Ja es ist (noch) ein vserver...ist das ein Problem?


----------



## planet_fox (29. Apr. 2009)

da war irgendwo was zu beachten, mit openvz. 
Ansonsten weiss ich momentan nicht so wirklich weiter.


----------



## mb23 (29. Apr. 2009)

Ok vielen dank, trotzdem.
Habe gegoogelt aber nichts nennenswertes gefunden für isp3 und openvz.

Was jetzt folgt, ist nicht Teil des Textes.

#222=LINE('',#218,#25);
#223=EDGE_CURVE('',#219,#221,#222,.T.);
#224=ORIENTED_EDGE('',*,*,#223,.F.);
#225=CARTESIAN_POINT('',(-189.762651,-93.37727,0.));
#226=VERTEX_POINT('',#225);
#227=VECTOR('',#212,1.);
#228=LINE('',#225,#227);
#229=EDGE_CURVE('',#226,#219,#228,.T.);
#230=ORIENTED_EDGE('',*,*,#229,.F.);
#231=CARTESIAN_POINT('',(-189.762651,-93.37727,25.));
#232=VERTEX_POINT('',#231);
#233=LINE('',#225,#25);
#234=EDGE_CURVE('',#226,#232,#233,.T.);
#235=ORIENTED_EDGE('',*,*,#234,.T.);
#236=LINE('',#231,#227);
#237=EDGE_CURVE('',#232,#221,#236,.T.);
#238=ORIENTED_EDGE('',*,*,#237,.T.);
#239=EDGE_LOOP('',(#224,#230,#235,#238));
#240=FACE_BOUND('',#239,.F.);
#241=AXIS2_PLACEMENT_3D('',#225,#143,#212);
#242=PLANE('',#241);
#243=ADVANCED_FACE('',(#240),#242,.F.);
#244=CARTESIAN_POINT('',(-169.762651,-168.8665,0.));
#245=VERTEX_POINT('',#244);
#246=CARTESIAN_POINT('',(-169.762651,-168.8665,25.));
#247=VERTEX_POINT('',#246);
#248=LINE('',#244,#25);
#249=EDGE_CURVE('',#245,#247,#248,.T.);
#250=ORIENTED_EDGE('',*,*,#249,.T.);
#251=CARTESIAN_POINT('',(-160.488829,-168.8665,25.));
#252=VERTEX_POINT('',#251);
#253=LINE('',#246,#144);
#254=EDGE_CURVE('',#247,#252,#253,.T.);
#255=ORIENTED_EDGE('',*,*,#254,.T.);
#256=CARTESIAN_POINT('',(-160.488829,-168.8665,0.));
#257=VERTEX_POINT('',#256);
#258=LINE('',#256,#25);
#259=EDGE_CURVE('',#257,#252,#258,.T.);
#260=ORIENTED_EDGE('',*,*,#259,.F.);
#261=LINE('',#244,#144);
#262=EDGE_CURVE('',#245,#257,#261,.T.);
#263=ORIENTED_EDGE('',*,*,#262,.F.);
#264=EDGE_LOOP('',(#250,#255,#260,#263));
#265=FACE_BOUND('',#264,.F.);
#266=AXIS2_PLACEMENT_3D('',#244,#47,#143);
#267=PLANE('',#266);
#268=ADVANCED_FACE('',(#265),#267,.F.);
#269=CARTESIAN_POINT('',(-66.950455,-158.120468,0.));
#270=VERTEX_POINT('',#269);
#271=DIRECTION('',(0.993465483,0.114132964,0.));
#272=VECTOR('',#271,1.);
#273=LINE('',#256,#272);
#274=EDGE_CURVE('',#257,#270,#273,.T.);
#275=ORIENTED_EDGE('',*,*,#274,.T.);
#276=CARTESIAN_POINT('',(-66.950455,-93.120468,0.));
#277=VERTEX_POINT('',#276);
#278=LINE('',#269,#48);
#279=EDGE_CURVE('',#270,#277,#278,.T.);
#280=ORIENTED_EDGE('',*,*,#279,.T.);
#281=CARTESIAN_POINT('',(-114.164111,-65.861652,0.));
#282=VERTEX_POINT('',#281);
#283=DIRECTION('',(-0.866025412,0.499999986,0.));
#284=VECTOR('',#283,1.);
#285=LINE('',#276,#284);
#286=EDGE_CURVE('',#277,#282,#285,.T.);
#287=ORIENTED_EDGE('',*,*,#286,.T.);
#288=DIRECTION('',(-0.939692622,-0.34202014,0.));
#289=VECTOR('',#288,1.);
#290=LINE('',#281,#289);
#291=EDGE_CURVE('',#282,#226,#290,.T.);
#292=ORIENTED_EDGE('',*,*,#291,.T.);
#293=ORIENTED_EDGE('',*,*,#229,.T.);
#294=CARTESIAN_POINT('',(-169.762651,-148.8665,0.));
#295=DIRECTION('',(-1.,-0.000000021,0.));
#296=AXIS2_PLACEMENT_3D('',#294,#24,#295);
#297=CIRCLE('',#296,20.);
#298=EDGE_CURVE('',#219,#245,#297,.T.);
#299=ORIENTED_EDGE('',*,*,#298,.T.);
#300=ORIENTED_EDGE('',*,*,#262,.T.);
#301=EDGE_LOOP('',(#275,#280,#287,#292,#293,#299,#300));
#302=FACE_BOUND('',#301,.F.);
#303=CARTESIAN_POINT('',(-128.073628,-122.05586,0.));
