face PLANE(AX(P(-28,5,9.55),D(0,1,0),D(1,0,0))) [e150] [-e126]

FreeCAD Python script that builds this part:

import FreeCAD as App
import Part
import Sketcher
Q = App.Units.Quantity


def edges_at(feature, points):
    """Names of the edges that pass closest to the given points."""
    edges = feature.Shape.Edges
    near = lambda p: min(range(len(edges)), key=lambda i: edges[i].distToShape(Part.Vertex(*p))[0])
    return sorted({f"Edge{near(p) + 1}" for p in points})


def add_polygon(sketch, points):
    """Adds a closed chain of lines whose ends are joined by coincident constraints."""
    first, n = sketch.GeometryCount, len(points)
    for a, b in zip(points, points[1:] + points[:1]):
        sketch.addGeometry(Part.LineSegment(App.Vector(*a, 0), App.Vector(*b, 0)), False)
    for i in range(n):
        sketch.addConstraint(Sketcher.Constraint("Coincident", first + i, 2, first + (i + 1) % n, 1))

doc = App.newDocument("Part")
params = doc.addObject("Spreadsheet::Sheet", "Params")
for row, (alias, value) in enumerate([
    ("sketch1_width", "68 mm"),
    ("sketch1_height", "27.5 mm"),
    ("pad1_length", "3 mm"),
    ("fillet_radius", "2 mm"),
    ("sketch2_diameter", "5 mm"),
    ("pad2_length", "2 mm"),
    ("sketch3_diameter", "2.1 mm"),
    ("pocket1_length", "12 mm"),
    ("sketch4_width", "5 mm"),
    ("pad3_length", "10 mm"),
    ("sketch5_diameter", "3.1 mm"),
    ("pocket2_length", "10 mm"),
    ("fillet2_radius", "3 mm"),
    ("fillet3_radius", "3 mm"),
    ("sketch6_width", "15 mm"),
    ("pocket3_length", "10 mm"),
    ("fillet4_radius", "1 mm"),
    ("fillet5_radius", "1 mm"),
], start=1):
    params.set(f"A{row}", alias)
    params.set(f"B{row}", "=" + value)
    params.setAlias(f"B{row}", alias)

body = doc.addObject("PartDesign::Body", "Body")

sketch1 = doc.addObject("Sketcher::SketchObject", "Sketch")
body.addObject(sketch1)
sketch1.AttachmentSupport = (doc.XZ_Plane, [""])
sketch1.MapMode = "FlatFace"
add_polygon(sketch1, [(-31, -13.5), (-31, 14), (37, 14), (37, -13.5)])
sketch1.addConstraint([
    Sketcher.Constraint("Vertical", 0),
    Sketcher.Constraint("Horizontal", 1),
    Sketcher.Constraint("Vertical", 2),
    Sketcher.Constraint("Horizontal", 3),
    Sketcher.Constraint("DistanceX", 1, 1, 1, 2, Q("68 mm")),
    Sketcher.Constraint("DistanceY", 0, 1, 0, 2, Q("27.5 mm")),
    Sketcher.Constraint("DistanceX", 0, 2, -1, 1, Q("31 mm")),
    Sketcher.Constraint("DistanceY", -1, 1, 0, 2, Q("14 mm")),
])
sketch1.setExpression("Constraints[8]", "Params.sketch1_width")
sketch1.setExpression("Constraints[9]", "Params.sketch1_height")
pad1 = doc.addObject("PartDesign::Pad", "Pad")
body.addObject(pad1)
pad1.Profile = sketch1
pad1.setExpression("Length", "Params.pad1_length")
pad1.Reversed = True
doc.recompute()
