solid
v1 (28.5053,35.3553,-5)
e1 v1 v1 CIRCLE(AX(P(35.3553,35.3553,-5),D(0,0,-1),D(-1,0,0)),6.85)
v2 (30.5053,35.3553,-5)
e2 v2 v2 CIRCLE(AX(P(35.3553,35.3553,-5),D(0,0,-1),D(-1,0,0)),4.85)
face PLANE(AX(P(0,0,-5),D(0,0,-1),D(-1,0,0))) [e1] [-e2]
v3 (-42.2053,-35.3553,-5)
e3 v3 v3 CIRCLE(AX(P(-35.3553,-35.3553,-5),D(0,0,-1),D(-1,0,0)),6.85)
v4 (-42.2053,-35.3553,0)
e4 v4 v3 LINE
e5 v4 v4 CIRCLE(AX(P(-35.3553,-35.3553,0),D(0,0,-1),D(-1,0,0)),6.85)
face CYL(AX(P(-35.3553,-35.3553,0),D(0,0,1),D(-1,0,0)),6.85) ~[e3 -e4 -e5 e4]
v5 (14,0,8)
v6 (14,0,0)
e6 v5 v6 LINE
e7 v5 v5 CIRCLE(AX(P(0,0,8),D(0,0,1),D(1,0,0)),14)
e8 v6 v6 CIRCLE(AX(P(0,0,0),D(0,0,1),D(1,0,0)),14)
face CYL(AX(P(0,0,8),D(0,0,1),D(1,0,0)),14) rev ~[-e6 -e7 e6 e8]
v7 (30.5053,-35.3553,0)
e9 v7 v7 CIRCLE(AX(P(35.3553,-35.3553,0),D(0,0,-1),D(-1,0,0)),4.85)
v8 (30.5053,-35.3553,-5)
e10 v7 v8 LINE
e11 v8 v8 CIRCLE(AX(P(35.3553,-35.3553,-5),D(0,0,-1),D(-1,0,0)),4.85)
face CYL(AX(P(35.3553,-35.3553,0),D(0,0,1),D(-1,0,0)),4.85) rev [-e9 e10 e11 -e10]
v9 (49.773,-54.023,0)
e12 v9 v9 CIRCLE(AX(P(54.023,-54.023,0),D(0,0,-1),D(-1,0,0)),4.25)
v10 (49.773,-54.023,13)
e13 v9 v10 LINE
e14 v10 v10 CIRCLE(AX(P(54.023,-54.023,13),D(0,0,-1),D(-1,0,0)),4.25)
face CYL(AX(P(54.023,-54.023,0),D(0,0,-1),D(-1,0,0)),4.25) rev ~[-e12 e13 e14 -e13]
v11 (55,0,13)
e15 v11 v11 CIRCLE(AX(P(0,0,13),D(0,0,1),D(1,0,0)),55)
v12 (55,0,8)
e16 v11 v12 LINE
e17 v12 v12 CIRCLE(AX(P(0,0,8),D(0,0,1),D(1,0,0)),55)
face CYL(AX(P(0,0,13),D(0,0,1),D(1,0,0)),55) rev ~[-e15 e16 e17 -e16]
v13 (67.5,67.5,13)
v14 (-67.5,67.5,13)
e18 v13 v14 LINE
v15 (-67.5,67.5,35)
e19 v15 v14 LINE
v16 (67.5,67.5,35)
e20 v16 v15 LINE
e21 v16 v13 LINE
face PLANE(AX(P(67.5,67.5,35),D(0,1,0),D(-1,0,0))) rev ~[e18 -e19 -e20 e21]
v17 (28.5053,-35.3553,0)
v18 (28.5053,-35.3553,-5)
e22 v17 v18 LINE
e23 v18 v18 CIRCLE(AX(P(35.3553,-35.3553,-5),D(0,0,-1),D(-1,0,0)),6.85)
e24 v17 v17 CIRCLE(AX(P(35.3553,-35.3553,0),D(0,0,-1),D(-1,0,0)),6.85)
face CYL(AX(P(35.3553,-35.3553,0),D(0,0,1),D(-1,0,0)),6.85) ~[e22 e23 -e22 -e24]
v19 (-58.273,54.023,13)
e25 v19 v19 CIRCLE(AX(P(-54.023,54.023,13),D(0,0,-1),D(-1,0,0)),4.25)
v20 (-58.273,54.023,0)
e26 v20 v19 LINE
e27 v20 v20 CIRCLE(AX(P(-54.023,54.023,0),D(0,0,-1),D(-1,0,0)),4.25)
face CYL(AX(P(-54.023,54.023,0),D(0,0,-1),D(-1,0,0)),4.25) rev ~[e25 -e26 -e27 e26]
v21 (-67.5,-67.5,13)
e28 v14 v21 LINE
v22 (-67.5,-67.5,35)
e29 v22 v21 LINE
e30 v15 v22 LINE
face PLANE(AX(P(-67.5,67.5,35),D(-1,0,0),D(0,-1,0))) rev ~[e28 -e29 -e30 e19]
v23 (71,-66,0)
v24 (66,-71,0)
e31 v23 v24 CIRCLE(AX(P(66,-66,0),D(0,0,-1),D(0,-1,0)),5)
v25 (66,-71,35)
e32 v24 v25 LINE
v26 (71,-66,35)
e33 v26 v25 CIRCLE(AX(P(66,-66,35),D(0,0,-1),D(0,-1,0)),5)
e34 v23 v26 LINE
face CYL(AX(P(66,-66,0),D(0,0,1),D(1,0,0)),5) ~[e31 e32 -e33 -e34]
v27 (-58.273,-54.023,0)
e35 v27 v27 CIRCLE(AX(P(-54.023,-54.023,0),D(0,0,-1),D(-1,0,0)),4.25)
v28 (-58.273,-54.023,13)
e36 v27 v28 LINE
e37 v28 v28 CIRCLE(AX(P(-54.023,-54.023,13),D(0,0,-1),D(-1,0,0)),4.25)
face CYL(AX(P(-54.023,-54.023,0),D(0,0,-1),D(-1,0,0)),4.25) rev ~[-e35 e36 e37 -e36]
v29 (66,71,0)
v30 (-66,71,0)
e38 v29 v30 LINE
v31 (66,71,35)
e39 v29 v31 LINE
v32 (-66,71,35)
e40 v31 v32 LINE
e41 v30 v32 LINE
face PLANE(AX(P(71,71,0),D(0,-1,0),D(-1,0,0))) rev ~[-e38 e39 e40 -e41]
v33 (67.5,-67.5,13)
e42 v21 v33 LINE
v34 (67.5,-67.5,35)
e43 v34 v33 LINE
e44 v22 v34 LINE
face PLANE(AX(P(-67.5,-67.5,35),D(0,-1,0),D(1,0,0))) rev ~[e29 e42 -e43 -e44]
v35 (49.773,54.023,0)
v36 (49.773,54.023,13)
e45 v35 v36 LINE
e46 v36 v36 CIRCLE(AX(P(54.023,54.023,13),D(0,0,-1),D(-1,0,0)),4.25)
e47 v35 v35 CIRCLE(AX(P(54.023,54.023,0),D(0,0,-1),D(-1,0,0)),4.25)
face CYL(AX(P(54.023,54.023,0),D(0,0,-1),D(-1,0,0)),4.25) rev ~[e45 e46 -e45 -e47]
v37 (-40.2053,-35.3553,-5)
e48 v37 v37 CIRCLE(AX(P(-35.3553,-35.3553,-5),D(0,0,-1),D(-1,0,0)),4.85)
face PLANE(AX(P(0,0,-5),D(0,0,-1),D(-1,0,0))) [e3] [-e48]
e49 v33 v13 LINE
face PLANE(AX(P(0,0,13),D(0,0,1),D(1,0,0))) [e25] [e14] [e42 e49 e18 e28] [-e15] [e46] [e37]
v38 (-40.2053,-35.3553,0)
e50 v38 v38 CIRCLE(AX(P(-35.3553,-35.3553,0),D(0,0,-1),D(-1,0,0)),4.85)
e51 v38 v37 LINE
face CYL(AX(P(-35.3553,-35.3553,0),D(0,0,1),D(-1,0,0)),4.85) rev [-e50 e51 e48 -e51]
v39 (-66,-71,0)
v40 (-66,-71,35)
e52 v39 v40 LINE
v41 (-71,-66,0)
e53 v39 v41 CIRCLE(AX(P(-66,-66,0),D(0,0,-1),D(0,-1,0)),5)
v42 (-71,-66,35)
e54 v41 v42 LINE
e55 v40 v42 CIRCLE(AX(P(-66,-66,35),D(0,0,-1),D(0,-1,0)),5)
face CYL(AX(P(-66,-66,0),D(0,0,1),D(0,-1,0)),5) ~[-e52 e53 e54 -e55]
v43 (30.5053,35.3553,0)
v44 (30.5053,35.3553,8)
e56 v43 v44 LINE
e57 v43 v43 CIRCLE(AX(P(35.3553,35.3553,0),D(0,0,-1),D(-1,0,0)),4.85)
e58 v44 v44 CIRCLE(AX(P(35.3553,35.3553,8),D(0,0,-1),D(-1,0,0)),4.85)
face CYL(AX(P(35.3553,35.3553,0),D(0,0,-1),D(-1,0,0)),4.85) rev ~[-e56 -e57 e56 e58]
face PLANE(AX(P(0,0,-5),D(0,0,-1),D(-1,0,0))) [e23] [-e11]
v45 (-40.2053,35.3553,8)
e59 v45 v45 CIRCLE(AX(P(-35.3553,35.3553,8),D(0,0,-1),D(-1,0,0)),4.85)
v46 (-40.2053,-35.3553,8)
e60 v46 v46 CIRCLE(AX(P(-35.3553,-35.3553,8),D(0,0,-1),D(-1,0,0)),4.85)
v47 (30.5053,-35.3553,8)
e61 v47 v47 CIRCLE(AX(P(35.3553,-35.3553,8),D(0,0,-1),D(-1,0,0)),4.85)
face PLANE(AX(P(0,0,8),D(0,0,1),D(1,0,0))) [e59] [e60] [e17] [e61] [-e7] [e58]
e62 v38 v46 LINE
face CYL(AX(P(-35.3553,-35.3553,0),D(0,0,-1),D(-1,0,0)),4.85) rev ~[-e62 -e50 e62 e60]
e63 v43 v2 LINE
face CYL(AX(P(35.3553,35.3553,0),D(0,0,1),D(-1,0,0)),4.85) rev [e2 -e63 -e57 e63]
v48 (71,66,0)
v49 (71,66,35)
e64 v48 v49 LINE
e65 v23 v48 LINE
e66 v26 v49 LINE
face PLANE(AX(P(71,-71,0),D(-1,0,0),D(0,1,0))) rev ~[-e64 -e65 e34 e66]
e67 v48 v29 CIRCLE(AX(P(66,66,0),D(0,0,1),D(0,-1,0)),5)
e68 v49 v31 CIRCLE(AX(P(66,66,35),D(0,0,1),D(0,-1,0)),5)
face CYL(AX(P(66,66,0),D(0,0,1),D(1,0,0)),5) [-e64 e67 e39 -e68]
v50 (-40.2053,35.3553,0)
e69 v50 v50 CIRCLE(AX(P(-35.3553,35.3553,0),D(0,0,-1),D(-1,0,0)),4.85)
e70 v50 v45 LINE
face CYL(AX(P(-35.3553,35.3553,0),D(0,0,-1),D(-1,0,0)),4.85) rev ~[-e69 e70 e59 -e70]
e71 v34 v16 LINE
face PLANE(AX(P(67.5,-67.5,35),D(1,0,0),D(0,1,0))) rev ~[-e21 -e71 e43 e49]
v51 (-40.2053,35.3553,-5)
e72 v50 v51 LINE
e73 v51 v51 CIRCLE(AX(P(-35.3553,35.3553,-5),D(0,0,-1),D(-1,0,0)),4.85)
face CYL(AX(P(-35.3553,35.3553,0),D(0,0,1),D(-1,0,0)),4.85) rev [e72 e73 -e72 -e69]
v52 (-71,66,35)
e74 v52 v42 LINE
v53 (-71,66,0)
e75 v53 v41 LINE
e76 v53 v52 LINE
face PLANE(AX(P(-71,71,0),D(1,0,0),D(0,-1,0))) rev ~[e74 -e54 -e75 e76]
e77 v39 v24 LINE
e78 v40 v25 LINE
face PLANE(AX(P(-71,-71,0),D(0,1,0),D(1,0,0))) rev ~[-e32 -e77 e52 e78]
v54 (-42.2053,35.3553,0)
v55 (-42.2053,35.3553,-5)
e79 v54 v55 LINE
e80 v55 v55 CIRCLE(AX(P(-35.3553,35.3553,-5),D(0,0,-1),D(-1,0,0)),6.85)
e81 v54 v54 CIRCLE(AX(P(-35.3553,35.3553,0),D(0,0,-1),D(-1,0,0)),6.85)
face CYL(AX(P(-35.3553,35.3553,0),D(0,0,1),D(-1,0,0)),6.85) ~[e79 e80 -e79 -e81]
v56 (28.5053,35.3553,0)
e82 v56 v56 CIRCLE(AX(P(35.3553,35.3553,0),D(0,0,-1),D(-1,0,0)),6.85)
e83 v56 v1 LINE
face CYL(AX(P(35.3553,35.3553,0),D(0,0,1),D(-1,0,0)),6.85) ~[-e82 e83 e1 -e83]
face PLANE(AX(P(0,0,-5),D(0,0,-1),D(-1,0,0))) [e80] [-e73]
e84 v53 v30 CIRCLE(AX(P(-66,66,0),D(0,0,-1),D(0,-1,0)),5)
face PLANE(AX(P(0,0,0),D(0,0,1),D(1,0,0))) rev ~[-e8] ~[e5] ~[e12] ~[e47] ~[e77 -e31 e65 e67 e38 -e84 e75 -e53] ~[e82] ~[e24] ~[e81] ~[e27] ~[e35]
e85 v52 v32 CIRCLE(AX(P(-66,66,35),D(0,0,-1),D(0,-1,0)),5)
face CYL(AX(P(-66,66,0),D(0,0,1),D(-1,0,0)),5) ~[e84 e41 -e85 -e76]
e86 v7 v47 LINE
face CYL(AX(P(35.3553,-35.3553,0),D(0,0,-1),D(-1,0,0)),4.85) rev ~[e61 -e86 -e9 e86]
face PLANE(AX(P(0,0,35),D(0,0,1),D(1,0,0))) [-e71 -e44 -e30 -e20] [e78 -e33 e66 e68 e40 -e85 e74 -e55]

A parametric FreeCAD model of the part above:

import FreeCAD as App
import Part
import Sketcher


def edges_at(feature, points):
    """Names of the edges that pass closest to the given points."""
    edges = feature.Shape.Edges
    near = lambda p: min(range(len(edges)), key=lambda i: edges[i].distToShape(Part.Vertex(*p))[0])
    return sorted({f"Edge{near(p) + 1}" for p in points})

doc = App.newDocument("Part")
body = doc.addObject("PartDesign::Body", "Body")

sketch1 = body.newObject("Sketcher::SketchObject", "Sketch")
sketch1.AttachmentSupport = (doc.getObject("XY_Plane"), [""])
sketch1.MapMode = "FlatFace"
sketch1.addGeometry([
    Part.LineSegment(App.Vector(71, -71, 0), App.Vector(71, 71, 0)),
    Part.LineSegment(App.Vector(71, 71, 0), App.Vector(-71, 71, 0)),
    Part.LineSegment(App.Vector(-71, 71, 0), App.Vector(-71, -71, 0)),
    Part.LineSegment(App.Vector(-71, -71, 0), App.Vector(71, -71, 0)),
], False)
sketch1.addConstraint([
    Sketcher.Constraint("Coincident", 0, 2, 1, 1),
    Sketcher.Constraint("Coincident", 1, 2, 2, 1),
    Sketcher.Constraint("Coincident", 2, 2, 3, 1),
    Sketcher.Constraint("Coincident", 3, 2, 0, 1),
    Sketcher.Constraint("Vertical", 0),
    Sketcher.Constraint("Horizontal", 1),
    Sketcher.Constraint("Vertical", 2),
    Sketcher.Constraint("Horizontal", 3),
    Sketcher.Constraint("Symmetric", 0, 2, 2, 2, -1, 1),
    Sketcher.Constraint("Equal", 3, 0),
    Sketcher.Constraint("DistanceX", 1, 2, 1, 1, 142.0),
])
pad1 = body.newObject("PartDesign::Pad", "Pad")
pad1.Profile = sketch1
pad1.Length = 35
doc.recompute()

fillet = body.newObject("PartDesign::Fillet", "Fillet")
fillet.Base = (pad1, edges_at(pad1, [
    (-71, -71, 17.5),
    (-71, 71, 17.5),
    (71, 71, 17.5),
    (71, -71, 17.5),
]))
fillet.Radius = 5

sketch2 = body.newObject("Sketcher::SketchObject", "Sketch001")
sketch2.AttachmentSupport = (doc.getObject("XY_Plane"), [""])
sketch2.MapMode = "FlatFace"
sketch2.AttachmentOffset = App.Placement(App.Vector(0, 0, 35), App.Rotation())
sketch2.addGeometry([
    Part.LineSegment(App.Vector(-67.5, 67.5, 0), App.Vector(-67.5, -67.5, 0)),
    Part.LineSegment(App.Vector(-67.5, -67.5, 0), App.Vector(67.5, -67.5, 0)),
    Part.LineSegment(App.Vector(67.5, -67.5, 0), App.Vector(67.5, 67.5, 0)),
    Part.LineSegment(App.Vector(67.5, 67.5, 0), App.Vector(-67.5, 67.5, 0)),
], False)
sketch2.addConstraint([
    Sketcher.Constraint("Coincident", 0, 2, 1, 1),
    Sketcher.Constraint("Coincident", 1, 2, 2, 1),
    Sketcher.Constraint("Coincident", 2, 2, 3, 1),
    Sketcher.Constraint("Coincident", 3, 2, 0, 1),
    Sketcher.Constraint("Vertical", 0),
    Sketcher.Constraint("Horizontal", 1),
    Sketcher.Constraint("Vertical", 2),
    Sketcher.Constraint("Horizontal", 3),
    Sketcher.Constraint("Symmetric", 0, 2, 2, 2, -1, 1),
    Sketcher.Constraint("Equal", 3, 0),
    Sketcher.Constraint("DistanceX", 1, 1, 1, 2, 135.0),
])
pocket1 = body.newObject("PartDesign::Pocket", "Pocket")
pocket1.Profile = sketch2
pocket1.Length = 22

sketch3 = body.newObject("Sketcher::SketchObject", "Sketch002")
sketch3.AttachmentSupport = (doc.getObject("XY_Plane"), [""])
sketch3.MapMode = "FlatFace"
sketch3.AttachmentOffset = App.Placement(App.Vector(0, 0, 13), App.Rotation())
sketch3.addGeometry(Part.Circle(App.Vector(0, 0, 0), App.Vector(0, 0, 1), 55), False)
sketch3.addConstraint([
    Sketcher.Constraint("Coincident", 0, 3, -1, 1),
    Sketcher.Constraint("Diameter", 0, 110.0),
])
pocket2 = body.newObject("PartDesign::Pocket", "Pocket001")
pocket2.Profile = sketch3
pocket2.Length = 5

Habs grad nochmal versucht, nach der Installation ist der apache definitiv futsch!
Keine Chance!

Dann muss ich wohl leider was anderes installieren.


----------



## planet_fox (29. Apr. 2009)

Versich mal die Installation in einer vmware.


----------



## mb23 (29. Apr. 2009)

Jetzt hats geklappt...aber frag mich nicht warum!


----------



## planet_fox (29. Apr. 2009)

In der Vmware oder wo, was hast du gemacht ?


----------



## mb23 (29. Apr. 2009)

Ne ganz normal in der openvz.
Es gibt ja 2 Howto Anleitungen: Eine für ispc2 und ispc3.
Ich bin nun erst nach der 2er gegangen ohne ipsc zu installieren.
Dann habe ich erstmal ein bischen rumgestestet, mit postfix ein paar Emails verschickt und dann ispc3 installiere aus der Subversion.
Kann aber nicht wirklich sagen, was ich da anders gemacht habe....


----------



## Till (30. Apr. 2009)

Ok, das erklärt natürlich die Probleme. Ein Server der nach der ISPConfig 2 Anleitung installiert wurde kann nicht für ISPConfig 3 verwendet werden, da das Setup komplett inkompatibel ist.


----------